About this exercise: Please repeat the lines below exactly. Begin with the line containing "v -1.736 330 -3.604" and go on through the line containing "v 0.542 321.861 -3.963".
- Opening Delimiter -
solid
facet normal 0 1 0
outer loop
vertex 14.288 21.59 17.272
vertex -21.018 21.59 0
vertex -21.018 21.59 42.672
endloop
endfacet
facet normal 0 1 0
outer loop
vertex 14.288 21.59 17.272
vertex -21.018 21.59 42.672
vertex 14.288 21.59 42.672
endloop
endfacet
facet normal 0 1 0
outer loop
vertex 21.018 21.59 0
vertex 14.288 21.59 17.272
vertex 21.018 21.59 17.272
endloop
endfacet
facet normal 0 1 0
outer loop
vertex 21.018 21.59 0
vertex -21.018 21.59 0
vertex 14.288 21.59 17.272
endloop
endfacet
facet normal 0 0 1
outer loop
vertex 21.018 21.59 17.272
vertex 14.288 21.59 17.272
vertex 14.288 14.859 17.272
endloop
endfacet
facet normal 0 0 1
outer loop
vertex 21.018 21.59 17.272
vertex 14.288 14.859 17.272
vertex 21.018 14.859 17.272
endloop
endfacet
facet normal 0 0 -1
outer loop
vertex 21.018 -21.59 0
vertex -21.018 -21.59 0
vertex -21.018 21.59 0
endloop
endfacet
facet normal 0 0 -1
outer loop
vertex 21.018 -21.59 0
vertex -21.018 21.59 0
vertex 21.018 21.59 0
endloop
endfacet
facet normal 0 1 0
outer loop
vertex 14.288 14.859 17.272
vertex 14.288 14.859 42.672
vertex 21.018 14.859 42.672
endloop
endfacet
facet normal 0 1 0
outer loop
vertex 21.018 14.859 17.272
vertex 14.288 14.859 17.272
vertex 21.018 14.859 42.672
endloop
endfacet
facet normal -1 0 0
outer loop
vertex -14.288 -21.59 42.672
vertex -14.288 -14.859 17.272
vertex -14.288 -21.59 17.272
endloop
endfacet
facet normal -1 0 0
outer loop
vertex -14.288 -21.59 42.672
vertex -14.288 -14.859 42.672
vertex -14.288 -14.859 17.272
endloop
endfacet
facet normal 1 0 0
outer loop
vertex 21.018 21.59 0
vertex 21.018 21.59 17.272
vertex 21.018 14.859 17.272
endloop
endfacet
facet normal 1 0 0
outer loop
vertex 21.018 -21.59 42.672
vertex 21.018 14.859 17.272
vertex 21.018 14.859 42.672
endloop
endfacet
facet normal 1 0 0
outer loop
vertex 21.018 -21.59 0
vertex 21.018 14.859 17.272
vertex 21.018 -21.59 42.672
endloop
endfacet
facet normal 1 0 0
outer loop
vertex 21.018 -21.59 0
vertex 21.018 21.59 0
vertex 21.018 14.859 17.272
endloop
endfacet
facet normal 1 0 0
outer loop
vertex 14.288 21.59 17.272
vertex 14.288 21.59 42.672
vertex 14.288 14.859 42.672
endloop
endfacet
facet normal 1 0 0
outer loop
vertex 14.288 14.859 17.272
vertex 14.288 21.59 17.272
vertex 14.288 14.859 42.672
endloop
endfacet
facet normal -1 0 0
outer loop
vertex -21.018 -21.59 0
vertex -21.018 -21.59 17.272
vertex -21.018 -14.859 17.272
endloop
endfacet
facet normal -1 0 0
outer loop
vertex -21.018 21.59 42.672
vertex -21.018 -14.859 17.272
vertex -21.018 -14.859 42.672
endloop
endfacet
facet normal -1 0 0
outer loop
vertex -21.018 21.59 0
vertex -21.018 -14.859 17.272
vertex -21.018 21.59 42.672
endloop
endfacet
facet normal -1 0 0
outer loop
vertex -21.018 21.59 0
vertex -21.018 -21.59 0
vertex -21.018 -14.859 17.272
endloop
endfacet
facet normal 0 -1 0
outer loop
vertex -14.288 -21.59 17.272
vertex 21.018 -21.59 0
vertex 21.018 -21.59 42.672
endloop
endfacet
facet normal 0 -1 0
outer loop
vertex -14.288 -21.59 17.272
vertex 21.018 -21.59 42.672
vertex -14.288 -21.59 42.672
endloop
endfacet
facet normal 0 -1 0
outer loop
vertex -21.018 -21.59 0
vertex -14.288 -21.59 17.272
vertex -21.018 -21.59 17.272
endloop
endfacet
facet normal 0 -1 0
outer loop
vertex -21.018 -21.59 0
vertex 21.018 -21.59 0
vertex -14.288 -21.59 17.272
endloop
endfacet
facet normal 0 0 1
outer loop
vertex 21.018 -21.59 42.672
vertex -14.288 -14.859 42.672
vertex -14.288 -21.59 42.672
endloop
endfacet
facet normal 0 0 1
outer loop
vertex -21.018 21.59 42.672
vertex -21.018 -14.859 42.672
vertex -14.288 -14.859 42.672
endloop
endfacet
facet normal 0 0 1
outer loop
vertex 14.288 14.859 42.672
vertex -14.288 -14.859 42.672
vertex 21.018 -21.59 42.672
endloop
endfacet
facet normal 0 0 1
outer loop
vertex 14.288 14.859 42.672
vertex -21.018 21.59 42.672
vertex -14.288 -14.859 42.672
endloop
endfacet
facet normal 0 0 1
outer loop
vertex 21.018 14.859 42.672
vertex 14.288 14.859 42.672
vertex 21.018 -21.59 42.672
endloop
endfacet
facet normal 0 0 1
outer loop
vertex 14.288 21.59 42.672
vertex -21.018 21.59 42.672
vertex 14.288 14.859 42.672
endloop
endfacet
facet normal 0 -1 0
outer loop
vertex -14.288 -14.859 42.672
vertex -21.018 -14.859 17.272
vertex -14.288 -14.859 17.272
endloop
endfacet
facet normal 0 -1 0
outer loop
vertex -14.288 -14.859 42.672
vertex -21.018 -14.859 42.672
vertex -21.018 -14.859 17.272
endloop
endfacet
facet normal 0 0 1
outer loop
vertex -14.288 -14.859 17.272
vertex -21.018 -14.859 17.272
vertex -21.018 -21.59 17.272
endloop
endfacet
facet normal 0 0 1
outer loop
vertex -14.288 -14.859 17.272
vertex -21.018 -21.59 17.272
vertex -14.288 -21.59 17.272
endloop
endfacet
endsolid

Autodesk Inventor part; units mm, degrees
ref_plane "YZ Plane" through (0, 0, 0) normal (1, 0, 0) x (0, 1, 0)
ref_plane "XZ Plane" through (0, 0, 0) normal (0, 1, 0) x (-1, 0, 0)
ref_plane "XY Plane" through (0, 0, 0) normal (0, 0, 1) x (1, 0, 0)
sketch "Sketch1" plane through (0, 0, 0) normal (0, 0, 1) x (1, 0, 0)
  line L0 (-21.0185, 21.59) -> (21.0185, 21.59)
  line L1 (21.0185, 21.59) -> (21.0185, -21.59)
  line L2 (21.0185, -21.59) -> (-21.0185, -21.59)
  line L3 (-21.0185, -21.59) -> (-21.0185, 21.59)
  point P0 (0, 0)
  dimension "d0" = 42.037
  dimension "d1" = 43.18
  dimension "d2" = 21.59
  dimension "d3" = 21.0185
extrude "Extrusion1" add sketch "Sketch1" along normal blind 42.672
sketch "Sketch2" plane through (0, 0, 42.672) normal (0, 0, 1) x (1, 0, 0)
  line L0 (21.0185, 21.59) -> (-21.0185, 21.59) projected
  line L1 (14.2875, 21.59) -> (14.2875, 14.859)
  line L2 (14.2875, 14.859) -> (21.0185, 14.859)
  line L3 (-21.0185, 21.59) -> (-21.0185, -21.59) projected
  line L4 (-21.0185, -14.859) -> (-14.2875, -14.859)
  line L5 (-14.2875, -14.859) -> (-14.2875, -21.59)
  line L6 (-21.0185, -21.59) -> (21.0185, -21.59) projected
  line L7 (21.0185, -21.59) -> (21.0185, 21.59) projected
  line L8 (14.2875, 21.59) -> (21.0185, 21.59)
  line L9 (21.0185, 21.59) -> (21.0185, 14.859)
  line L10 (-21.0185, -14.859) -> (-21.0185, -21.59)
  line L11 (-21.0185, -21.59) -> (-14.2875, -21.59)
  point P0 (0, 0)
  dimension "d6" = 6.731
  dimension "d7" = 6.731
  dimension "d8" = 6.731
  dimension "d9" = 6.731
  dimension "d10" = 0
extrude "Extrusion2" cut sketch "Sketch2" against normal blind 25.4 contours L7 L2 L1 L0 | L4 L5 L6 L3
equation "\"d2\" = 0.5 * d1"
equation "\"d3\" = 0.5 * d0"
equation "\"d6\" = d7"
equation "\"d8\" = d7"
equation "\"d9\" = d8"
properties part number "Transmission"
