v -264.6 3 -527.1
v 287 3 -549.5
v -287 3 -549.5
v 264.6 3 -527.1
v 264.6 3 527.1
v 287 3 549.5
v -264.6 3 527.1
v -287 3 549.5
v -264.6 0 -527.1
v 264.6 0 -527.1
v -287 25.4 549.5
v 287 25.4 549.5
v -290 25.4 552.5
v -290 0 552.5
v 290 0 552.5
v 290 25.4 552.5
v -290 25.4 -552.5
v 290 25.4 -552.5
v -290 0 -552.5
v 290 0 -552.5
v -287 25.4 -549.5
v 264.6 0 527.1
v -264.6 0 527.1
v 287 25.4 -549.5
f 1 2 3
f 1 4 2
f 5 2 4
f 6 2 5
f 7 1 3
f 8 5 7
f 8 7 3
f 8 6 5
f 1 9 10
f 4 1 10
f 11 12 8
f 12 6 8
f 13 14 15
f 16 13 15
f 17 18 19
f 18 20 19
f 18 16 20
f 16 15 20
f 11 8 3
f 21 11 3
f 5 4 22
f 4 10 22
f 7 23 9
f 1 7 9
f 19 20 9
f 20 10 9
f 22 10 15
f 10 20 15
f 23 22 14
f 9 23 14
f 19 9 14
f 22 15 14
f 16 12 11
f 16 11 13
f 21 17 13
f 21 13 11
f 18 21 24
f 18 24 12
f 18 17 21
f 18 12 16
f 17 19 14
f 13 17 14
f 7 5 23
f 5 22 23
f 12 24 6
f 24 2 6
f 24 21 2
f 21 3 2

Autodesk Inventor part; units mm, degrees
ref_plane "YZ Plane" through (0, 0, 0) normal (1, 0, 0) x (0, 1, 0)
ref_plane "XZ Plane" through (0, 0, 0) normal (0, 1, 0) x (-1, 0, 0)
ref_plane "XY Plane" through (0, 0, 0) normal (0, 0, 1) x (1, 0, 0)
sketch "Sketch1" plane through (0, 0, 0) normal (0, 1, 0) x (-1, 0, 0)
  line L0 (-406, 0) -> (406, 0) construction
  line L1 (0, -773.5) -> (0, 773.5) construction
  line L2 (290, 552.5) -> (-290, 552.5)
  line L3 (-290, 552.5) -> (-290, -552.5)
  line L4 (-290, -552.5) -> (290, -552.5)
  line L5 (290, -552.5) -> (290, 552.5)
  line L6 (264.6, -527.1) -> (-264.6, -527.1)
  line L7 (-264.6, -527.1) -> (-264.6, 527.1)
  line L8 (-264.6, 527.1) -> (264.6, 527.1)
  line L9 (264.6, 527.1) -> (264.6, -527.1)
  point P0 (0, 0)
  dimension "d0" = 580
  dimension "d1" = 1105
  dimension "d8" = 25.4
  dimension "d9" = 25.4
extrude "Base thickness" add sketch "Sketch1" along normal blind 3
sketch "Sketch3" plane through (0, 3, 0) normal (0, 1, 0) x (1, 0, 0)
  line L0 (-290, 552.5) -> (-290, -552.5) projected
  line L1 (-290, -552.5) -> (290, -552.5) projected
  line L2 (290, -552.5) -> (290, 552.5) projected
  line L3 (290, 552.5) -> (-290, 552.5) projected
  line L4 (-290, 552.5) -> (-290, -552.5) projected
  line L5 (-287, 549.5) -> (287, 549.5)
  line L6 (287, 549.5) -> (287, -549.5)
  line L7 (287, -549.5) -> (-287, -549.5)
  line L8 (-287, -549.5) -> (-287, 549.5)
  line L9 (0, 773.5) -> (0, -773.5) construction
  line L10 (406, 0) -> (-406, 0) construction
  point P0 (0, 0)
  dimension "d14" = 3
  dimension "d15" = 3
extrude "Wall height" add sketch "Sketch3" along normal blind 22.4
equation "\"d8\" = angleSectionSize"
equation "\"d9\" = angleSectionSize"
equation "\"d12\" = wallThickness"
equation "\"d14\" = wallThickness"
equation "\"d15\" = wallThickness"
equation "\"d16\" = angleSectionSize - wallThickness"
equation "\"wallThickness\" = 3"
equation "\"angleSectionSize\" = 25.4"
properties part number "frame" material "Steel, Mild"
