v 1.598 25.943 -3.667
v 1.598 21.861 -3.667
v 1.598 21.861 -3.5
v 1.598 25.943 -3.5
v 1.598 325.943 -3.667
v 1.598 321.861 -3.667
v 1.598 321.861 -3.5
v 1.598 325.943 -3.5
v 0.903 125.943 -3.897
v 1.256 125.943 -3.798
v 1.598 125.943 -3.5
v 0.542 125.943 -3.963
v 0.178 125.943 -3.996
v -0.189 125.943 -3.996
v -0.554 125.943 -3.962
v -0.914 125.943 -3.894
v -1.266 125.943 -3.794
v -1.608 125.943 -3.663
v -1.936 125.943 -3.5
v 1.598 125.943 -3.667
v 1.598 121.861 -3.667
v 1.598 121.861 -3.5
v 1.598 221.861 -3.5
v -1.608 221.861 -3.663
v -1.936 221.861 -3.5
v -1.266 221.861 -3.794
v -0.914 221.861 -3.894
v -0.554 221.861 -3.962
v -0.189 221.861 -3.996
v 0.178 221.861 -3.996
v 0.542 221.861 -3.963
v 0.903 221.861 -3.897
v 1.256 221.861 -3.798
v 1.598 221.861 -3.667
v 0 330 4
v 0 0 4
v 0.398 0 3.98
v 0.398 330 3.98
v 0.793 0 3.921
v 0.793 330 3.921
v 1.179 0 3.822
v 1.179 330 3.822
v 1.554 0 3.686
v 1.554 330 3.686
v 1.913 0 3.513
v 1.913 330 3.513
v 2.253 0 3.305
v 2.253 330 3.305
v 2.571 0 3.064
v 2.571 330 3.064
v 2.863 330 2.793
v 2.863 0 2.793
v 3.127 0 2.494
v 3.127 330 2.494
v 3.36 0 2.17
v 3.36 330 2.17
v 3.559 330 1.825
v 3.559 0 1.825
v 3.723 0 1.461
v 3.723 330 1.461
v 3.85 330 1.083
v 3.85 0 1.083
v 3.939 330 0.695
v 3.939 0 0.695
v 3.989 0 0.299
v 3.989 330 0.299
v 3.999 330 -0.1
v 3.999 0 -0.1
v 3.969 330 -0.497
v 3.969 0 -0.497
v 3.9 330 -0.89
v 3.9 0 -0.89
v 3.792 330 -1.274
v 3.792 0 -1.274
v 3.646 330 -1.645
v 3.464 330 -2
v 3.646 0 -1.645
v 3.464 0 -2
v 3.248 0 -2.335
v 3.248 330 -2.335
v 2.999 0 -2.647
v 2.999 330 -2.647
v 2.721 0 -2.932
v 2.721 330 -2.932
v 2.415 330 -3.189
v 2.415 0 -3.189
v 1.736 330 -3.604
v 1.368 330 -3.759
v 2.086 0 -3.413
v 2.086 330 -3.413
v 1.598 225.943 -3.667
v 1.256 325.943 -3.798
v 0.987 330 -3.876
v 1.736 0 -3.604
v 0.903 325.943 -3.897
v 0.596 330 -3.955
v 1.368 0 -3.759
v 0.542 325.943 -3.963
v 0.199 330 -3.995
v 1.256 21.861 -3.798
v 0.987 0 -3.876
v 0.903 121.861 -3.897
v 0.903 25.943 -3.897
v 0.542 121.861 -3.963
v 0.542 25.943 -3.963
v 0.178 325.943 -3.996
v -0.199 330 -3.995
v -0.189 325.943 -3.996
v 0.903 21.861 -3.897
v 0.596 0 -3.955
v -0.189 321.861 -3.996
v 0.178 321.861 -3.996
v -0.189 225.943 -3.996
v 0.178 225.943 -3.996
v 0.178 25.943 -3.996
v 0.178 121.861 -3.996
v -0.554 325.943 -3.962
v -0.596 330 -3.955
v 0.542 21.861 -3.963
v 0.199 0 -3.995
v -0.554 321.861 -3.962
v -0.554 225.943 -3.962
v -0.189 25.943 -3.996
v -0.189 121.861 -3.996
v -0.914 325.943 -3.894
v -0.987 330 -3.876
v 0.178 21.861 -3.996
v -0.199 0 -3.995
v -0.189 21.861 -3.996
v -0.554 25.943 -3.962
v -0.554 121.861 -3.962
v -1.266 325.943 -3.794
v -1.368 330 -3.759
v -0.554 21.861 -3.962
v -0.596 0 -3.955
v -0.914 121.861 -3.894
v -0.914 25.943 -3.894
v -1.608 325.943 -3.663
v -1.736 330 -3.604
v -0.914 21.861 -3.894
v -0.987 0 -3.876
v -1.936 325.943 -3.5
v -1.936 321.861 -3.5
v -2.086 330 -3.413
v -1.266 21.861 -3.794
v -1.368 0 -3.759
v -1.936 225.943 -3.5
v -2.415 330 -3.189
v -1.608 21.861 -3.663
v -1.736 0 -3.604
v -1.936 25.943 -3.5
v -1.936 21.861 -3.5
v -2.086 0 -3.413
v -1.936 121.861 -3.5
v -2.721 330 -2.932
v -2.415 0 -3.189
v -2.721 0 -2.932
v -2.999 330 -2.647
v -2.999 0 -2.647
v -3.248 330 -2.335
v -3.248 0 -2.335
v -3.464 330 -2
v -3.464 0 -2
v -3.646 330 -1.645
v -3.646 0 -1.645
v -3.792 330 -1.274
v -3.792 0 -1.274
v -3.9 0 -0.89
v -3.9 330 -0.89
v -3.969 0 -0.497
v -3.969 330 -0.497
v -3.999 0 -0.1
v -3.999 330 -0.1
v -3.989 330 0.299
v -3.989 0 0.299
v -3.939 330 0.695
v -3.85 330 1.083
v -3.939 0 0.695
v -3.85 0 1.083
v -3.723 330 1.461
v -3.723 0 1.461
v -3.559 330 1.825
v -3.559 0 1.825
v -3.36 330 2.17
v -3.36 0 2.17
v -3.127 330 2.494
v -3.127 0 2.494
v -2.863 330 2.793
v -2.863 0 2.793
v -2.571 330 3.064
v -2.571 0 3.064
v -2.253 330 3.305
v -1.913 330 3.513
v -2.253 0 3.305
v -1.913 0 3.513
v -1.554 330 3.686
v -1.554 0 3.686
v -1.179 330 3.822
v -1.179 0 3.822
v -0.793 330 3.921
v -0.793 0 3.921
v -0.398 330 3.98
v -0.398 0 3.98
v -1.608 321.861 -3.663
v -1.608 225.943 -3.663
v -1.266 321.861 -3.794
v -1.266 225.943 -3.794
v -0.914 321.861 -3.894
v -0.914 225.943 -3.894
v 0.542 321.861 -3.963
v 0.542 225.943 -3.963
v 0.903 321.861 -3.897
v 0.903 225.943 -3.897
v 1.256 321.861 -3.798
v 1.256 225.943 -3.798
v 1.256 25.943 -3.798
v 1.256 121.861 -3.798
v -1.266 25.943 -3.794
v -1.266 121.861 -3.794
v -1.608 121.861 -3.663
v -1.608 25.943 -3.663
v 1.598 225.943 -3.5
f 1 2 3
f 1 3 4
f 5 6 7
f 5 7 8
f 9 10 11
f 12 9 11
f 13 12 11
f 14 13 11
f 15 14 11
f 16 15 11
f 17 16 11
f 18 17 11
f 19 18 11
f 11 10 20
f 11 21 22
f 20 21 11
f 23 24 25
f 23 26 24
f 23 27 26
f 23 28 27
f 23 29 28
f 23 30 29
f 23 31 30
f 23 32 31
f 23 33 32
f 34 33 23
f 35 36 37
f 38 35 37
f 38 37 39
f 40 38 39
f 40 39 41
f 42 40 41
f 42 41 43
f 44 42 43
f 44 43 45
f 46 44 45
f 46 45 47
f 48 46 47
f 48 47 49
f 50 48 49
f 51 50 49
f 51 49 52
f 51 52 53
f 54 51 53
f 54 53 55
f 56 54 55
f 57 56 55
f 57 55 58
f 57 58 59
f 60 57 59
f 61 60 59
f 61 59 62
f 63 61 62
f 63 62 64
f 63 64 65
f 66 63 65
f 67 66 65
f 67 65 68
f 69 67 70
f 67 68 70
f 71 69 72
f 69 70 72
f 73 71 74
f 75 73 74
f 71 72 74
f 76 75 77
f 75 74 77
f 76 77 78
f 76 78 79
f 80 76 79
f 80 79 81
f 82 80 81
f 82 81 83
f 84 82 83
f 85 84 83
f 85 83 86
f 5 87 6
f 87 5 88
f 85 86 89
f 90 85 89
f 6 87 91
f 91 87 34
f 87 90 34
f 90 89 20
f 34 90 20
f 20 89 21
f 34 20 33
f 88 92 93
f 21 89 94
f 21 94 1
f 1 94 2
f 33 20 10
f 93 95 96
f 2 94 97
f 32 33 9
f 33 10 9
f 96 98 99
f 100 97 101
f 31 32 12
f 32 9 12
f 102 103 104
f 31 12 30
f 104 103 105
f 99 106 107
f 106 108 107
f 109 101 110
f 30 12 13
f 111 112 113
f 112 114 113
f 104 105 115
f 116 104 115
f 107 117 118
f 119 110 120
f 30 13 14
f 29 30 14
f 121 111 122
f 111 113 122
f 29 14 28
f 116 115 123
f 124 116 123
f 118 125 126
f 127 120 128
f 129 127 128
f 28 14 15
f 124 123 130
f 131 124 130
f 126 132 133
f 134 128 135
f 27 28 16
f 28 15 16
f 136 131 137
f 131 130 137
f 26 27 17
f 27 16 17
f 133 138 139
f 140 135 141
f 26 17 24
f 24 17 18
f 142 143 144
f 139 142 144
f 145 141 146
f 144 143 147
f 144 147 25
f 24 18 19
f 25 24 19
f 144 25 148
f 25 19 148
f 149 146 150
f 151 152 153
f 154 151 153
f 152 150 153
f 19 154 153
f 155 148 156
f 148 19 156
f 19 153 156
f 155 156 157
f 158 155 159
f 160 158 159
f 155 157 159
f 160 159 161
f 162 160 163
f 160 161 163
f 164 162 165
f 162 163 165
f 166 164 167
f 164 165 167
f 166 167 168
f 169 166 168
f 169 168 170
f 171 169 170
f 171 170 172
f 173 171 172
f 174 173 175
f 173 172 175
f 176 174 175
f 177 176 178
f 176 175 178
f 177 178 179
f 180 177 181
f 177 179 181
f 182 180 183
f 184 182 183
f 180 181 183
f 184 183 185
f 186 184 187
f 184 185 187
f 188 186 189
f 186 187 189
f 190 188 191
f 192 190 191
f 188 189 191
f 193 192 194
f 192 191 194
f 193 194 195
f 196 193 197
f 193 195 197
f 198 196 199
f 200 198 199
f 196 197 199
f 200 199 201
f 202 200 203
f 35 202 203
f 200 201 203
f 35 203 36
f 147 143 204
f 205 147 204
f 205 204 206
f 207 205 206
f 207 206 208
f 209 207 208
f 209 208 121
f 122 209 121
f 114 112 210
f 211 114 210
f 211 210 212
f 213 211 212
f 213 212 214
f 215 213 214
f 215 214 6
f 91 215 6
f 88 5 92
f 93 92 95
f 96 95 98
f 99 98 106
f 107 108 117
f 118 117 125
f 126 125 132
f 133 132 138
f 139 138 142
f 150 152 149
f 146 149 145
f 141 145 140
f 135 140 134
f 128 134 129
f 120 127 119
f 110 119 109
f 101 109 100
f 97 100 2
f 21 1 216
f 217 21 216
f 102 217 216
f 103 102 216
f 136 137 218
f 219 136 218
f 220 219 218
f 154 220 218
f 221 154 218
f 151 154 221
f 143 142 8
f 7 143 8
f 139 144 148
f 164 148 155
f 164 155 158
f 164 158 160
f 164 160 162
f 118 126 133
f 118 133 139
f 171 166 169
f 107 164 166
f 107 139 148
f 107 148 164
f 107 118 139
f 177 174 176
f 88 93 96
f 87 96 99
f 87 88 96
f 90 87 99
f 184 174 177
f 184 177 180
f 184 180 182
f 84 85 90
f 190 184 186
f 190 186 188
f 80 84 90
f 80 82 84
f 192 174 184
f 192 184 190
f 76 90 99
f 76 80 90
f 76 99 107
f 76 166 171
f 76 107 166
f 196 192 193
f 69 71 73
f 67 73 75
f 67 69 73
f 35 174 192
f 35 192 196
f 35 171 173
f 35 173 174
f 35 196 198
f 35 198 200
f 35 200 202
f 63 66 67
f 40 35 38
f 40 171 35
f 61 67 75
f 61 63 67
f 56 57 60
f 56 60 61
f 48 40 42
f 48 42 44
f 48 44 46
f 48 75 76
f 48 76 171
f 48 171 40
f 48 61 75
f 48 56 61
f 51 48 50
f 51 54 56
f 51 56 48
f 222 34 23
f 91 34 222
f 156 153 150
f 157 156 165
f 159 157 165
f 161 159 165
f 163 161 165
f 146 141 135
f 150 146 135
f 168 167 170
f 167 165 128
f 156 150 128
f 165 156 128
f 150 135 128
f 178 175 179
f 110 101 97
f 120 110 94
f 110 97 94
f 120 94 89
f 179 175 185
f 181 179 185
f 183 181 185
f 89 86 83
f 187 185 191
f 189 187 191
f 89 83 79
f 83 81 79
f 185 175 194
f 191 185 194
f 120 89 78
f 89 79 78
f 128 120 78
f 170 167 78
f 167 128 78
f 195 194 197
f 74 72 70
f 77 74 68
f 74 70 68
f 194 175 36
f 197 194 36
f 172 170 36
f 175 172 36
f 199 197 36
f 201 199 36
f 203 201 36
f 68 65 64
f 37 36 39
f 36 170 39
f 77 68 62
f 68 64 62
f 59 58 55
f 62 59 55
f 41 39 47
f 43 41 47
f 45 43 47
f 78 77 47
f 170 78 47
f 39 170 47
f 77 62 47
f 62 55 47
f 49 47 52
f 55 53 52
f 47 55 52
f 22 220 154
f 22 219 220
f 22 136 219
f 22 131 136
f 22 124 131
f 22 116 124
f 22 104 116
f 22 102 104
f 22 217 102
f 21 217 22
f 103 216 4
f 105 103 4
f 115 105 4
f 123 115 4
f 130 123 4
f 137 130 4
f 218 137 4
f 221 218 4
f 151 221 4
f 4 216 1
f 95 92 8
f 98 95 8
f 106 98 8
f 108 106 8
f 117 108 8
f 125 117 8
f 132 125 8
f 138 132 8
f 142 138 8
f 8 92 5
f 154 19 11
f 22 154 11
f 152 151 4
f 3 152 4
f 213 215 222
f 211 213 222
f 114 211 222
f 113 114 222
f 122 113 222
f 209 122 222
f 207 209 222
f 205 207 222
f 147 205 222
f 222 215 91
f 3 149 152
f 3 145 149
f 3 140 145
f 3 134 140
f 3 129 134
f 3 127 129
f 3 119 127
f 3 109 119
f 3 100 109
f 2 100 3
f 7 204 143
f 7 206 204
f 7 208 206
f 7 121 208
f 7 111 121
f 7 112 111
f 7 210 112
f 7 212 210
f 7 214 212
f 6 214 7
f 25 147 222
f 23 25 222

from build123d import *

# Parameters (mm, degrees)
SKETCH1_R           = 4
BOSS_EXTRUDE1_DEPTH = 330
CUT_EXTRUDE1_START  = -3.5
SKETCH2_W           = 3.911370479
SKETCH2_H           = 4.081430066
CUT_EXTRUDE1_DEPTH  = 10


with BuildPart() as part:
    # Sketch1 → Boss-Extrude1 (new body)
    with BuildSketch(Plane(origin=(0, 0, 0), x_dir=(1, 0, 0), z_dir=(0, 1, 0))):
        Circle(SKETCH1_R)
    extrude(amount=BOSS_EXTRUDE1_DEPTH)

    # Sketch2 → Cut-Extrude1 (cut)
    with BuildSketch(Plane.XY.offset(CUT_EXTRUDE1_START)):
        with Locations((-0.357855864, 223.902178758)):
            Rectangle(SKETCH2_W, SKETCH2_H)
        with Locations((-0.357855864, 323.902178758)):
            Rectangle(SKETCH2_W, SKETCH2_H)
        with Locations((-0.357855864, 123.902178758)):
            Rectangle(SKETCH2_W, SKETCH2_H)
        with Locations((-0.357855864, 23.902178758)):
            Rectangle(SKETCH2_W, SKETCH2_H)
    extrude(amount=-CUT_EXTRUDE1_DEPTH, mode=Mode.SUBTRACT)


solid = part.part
- Closing Delimiter -
Solution to this problem:
v -1.736 330 -3.604
v -0.914 21.861 -3.894
v -0.987 0 -3.876
v -1.936 325.943 -3.5
v -1.936 321.861 -3.5
v -2.086 330 -3.413
v -1.266 21.861 -3.794
v -1.368 0 -3.759
v -1.936 225.943 -3.5
v -2.415 330 -3.189
v -1.608 21.861 -3.663
v -1.736 0 -3.604
v -1.936 25.943 -3.5
v -1.936 21.861 -3.5
v -2.086 0 -3.413
v -1.936 121.861 -3.5
v -2.721 330 -2.932
v -2.415 0 -3.189
v -2.721 0 -2.932
v -2.999 330 -2.647
v -2.999 0 -2.647
v -3.248 330 -2.335
v -3.248 0 -2.335
v -3.464 330 -2
v -3.464 0 -2
v -3.646 330 -1.645
v -3.646 0 -1.645
v -3.792 330 -1.274
v -3.792 0 -1.274
v -3.9 0 -0.89
v -3.9 330 -0.89
v -3.969 0 -0.497
v -3.969 330 -0.497
v -3.999 0 -0.1
v -3.999 330 -0.1
v -3.989 330 0.299
v -3.989 0 0.299
v -3.939 330 0.695
v -3.85 330 1.083
v -3.939 0 0.695
v -3.85 0 1.083
v -3.723 330 1.461
v -3.723 0 1.461
v -3.559 330 1.825
v -3.559 0 1.825
v -3.36 330 2.17
v -3.36 0 2.17
v -3.127 330 2.494
v -3.127 0 2.494
v -2.863 330 2.793
v -2.863 0 2.793
v -2.571 330 3.064
v -2.571 0 3.064
v -2.253 330 3.305
v -1.913 330 3.513
v -2.253 0 3.305
v -1.913 0 3.513
v -1.554 330 3.686
v -1.554 0 3.686
v -1.179 330 3.822
v -1.179 0 3.822
v -0.793 330 3.921
v -0.793 0 3.921
v -0.398 330 3.98
v -0.398 0 3.98
v -1.608 321.861 -3.663
v -1.608 225.943 -3.663
v -1.266 321.861 -3.794
v -1.266 225.943 -3.794
v -0.914 321.861 -3.894
v -0.914 225.943 -3.894
v 0.542 321.861 -3.963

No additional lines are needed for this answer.